I wish I have cash right now, this is perfect for my family room. Lot's of room for Tangs and Triggers to swim :bigsmile:


----------



## m_class2g (Apr 21, 2010)

crimper said:


> I wish I have cash right now, this is perfect for my family room. Lot's of room for Tangs and Triggers to swim :bigsmile:


It is a great deal!!! The tank alone cost me pretty much $3600 from Titan Aquatics in Arizona! That means who ever buys this is getting everything else for free!


----------



## m_class2g (Apr 21, 2010)

To the top!


----------



## crimper (Oct 20, 2010)

m_class2g said:


> It is a great deal!!! The tank alone cost me pretty much $3600 from Titan Aquatics in Arizona! That means who ever buys this is getting everything else for free!


A great deal it is! Perfect for a saltwater FOWLR/Reef setup, somebody take this before I rob a bank


----------



## bonsai dave (Apr 21, 2010)

Wow I can't believe this tank is still for sale. What a beautiful tank. To bad this tank wasn't for sale last summer. I don't think I'll be able to fit 2, 7 ft tank is my living room. lol good luck with the sale.


----------



## m_class2g (Apr 21, 2010)

Thanks guys! Lots of interest but nothing concrete. First one with cash gets the setup! =)

I spent a lot of time and money designing this setup. Really hate to part with it but my parents deserve their living room back!

I will not lower the price anymore either. This is the rock bottom price. 

Who ever walks away with this setup is getting an incredible deal! Everything is MINT!


----------



## m_class2g (Apr 21, 2010)

ttt $3500!!!


----------



## boyboykoi (Aug 22, 2013)

crimper said:


> A great deal it is! Perfect for a saltwater FOWLR/Reef setup, somebody take this before I rob a bank


Naw man a I would do the same setup! Asian aro aro aro!!
But that's me lol
Very nice tank


----------



## AWW (Apr 22, 2010)

Jeez mike don't go too low on that tank or I might have to have a serious talk about how I can fit it in my place... :bigsmile:

Someone honestly needs to pick up this tank! Great tank and even greater guy!


----------



## m_class2g (Apr 21, 2010)

AWW said:


> Jeez mike don't go too low on that tank or I might have to have a serious talk about how I can fit it in my place... :bigsmile:
> 
> Someone honestly needs to pick up this tank! Great tank and even greater guy!

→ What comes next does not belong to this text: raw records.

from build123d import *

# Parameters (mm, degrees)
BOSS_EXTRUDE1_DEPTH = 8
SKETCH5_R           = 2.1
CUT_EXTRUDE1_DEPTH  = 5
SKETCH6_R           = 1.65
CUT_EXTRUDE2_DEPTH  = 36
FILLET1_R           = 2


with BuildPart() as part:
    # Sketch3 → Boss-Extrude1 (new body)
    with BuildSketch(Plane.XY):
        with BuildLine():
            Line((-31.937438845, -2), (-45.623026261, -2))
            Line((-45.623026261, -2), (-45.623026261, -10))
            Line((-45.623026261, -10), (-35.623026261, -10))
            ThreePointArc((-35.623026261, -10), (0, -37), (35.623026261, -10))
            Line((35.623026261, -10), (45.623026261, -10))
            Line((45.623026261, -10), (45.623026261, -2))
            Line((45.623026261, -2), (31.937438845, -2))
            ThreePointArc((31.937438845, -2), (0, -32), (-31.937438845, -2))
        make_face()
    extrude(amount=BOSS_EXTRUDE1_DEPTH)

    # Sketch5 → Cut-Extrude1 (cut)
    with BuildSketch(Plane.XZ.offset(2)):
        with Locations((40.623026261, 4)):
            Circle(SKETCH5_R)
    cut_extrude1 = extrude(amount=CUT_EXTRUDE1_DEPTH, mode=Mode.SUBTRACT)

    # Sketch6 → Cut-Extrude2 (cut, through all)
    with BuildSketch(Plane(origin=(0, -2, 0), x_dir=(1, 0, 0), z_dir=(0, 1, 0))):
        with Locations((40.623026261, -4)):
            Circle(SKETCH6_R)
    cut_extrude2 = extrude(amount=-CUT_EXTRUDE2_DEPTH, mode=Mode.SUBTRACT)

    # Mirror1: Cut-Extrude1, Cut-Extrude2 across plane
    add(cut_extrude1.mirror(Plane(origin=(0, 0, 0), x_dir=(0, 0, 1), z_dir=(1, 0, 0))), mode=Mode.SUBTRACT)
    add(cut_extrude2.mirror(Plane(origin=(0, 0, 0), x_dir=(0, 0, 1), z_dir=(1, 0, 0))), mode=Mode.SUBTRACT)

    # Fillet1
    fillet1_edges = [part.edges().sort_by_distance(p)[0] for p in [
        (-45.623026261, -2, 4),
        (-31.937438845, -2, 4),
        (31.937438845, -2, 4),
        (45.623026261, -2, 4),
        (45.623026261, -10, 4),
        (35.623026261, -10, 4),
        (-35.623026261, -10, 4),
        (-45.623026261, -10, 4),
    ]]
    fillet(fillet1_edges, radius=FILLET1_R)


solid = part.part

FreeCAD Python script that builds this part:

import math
import FreeCAD as App
import Part
import Sketcher
from FreeCAD import Vector


def edges_at(feature, points):
    """Names of the edges that pass closest to the given points."""
    edges = feature.Shape.Edges
    near = lambda p: min(range(len(edges)), key=lambda i: edges[i].distToShape(Part.Vertex(*p))[0])
    return sorted({f"Edge{near(p) + 1}" for p in points})

doc = App.newDocument("Part")
body = doc.addObject("PartDesign::Body", "Body")

# Sketch on XY plane
sketch1 = body.newObject("Sketcher::SketchObject", "Sketch")
sketch1.AttachmentSupport = (doc.getObject("XY_Plane"), [""])
sketch1.MapMode = "FlatFace"
sketch1.addGeometry(Part.LineSegment(Vector(-32, -2, 0), Vector(-46, -2, 0)), False)
sketch1.addGeometry(Part.LineSegment(Vector(-46, -2, 0), Vector(-46, -10, 0)), False)
sketch1.addGeometry(Part.LineSegment(Vector(-46, -10, 0), Vector(-36, -10, 0)), False)
sketch1.addGeometry(Part.ArcOfCircle(Part.Circle(Vector(0, 0, 0), Vector(0, 0, 1), 37), math.radians(-164), math.radians(-16)), False)
sketch1.addGeometry(Part.LineSegment(Vector(36, -10, 0), Vector(46, -10, 0)), False)
sketch1.addGeometry(Part.LineSegment(Vector(46, -10, 0), Vector(46, -2, 0)), False)
sketch1.addGeometry(Part.LineSegment(Vector(46, -2, 0), Vector(32, -2, 0)), False)
sketch1.addGeometry(Part.ArcOfCircle(Part.Circle(Vector(0, 0, 0), Vector(0, 0, 1), 32), math.radians(-176), math.radians(-4)), False)
sketch1.addConstraint(Sketcher.Constraint("Coincident", 0, 2, 1, 1))
sketch1.addConstraint(Sketcher.Constraint("Coincident", 1, 2, 2, 1))
sketch1.addConstraint(Sketcher.Constraint("Coincident", 2, 2, 3, 1))
sketch1.addConstraint(Sketcher.Constraint("Coincident", 3, 2, 4, 1))
sketch1.addConstraint(Sketcher.Constraint("Coincident", 4, 2, 5, 1))
sketch1.addConstraint(Sketcher.Constraint("Coincident", 5, 2, 6, 1))
sketch1.addConstraint(Sketcher.Constraint("Coincident", 6, 2, 7, 2))
sketch1.addConstraint(Sketcher.Constraint("Coincident", 7, 1, 0, 1))
sketch1.addConstraint(Sketcher.Constraint("Horizontal", 0))
sketch1.addConstraint(Sketcher.Constraint("Vertical", 1))
sketch1.addConstraint(Sketcher.Constraint("Horizontal", 2))
sketch1.addConstraint(Sketcher.Constraint("Horizontal", 4))
sketch1.addConstraint(Sketcher.Constraint("Vertical", 5))
sketch1.addConstraint(Sketcher.Constraint("Horizontal", 6))
sketch1.addConstraint(Sketcher.Constraint("Coincident", 3, 3, -1, 1))
sketch1.addConstraint(Sketcher.Constraint("Coincident", 7, 3, -1, 1))
sketch1.addConstraint(Sketcher.Constraint("Symmetric", 1, 2, 4, 2, -2))
sketch1.addConstraint(Sketcher.Constraint("Horizontal", 0, 2, 5, 2))
sketch1.addConstraint(Sketcher.Constraint("Radius", 3, 37.0))
sketch1.addConstraint(Sketcher.Constraint("Radius", 7, 32.0))
sketch1.addConstraint(Sketcher.Constraint("DistanceX", 2, 1, 2, 2, 10.0))
sketch1.addConstraint(Sketcher.Constraint("DistanceY", 1, 2, 1, 1, 8.0))
sketch1.addConstraint(Sketcher.Constraint("DistanceY", 0, 2, -1, 1, 2.0))
pad1 = body.newObject("PartDesign::Pad", "Pad")
pad1.Profile = sketch1
pad1.Length = 8

# Sketch on XZ plane
sketch2 = body.newObject("Sketcher::SketchObject", "Sketch001")
sketch2.AttachmentSupport = (doc.getObject("XZ_Plane"), [""])
sketch2.MapMode = "FlatFace"
sketch2.AttachmentOffset = App.Placement(Vector(0, 0, 2), App.Rotation())
sketch2.addGeometry(Part.Circle(Vector(40.6, 4, 0), Vector(0, 0, 1), 2.1), False)
sketch2.addConstraint(Sketcher.Constraint("Diameter", 0, 4.2))
sketch2.addConstraint(Sketcher.Constraint("DistanceY", -1, 1, 0, 3, 4.0))
sketch2.addConstraint(Sketcher.Constraint("DistanceX", -1, 1, 0, 3, 40.623026))
pocket1 = body.newObject("PartDesign::Pocket", "Pocket")
pocket1.Profile = sketch2
pocket1.Length = 5
pocket1.Reversed = True

# Sketch on XZ plane
sketch3 = body.newObject("Sketcher::SketchObject", "Sketch002")
sketch3.AttachmentSupport = (doc.getObject("XZ_Plane"), [""])
sketch3.MapMode = "FlatFace"
sketch3.AttachmentOffset = App.Placement(Vector(0, 0, 2), App.Rotation())
sketch3.addGeometry(Part.Circle(Vector(40.6, 4, 0), Vector(0, 0, 1), 1.6), False)
sketch3.addConstraint(Sketcher.Constraint("Diameter", 0, 3.3))
sketch3.addConstraint(Sketcher.Constraint("DistanceY", -1, 1, 0, 3, 4.0))
sketch3.addConstraint(Sketcher.Constraint("DistanceX", -1, 1, 0, 3, 40.623026))
pocket2 = body.newObject("PartDesign::Pocket", "Pocket001")
pocket2.Profile = sketch3
pocket2.Type = "ThroughAll"
pocket2.Reversed = True
doc.recompute()

mirrored = body.newObject("PartDesign::Mirrored", "Mirrored")
mirrored.Originals = [pocket1, pocket2]
mirrored.MirrorPlane = (doc.getObject("YZ_Plane"), [""])
body.Tip = mirrored
doc.recompute()

fillet = body.newObject("PartDesign::Fillet", "Fillet")
fillet.Base = (mirrored, edges_at(mirrored, [
    (-45.623, -2, 4),
    (-31.937, -2, 4),
    (31.937, -2, 4),
    (45.623, -2, 4),
    (45.623, -10, 4),
    (35.623, -10, 4),
    (-35.623, -10, 4),
    (-45.623, -10, 4),
]))
fillet.Radius = 2

doc.recompute()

This will be my last price for my tank! Tank will be drained and stored in another room next week. Ready to be picked up anytime.


----------



## m_class2g (Apr 21, 2010)

To the top!!!


----------



## m_class2g (Apr 21, 2010)

Pending / On Hold. Lucky new owner!


----------



## accordexi (Jan 9, 2014)

Very nice tank.


----------



## m_class2g (Apr 21, 2010)

Tank is sold. Thanks.


----------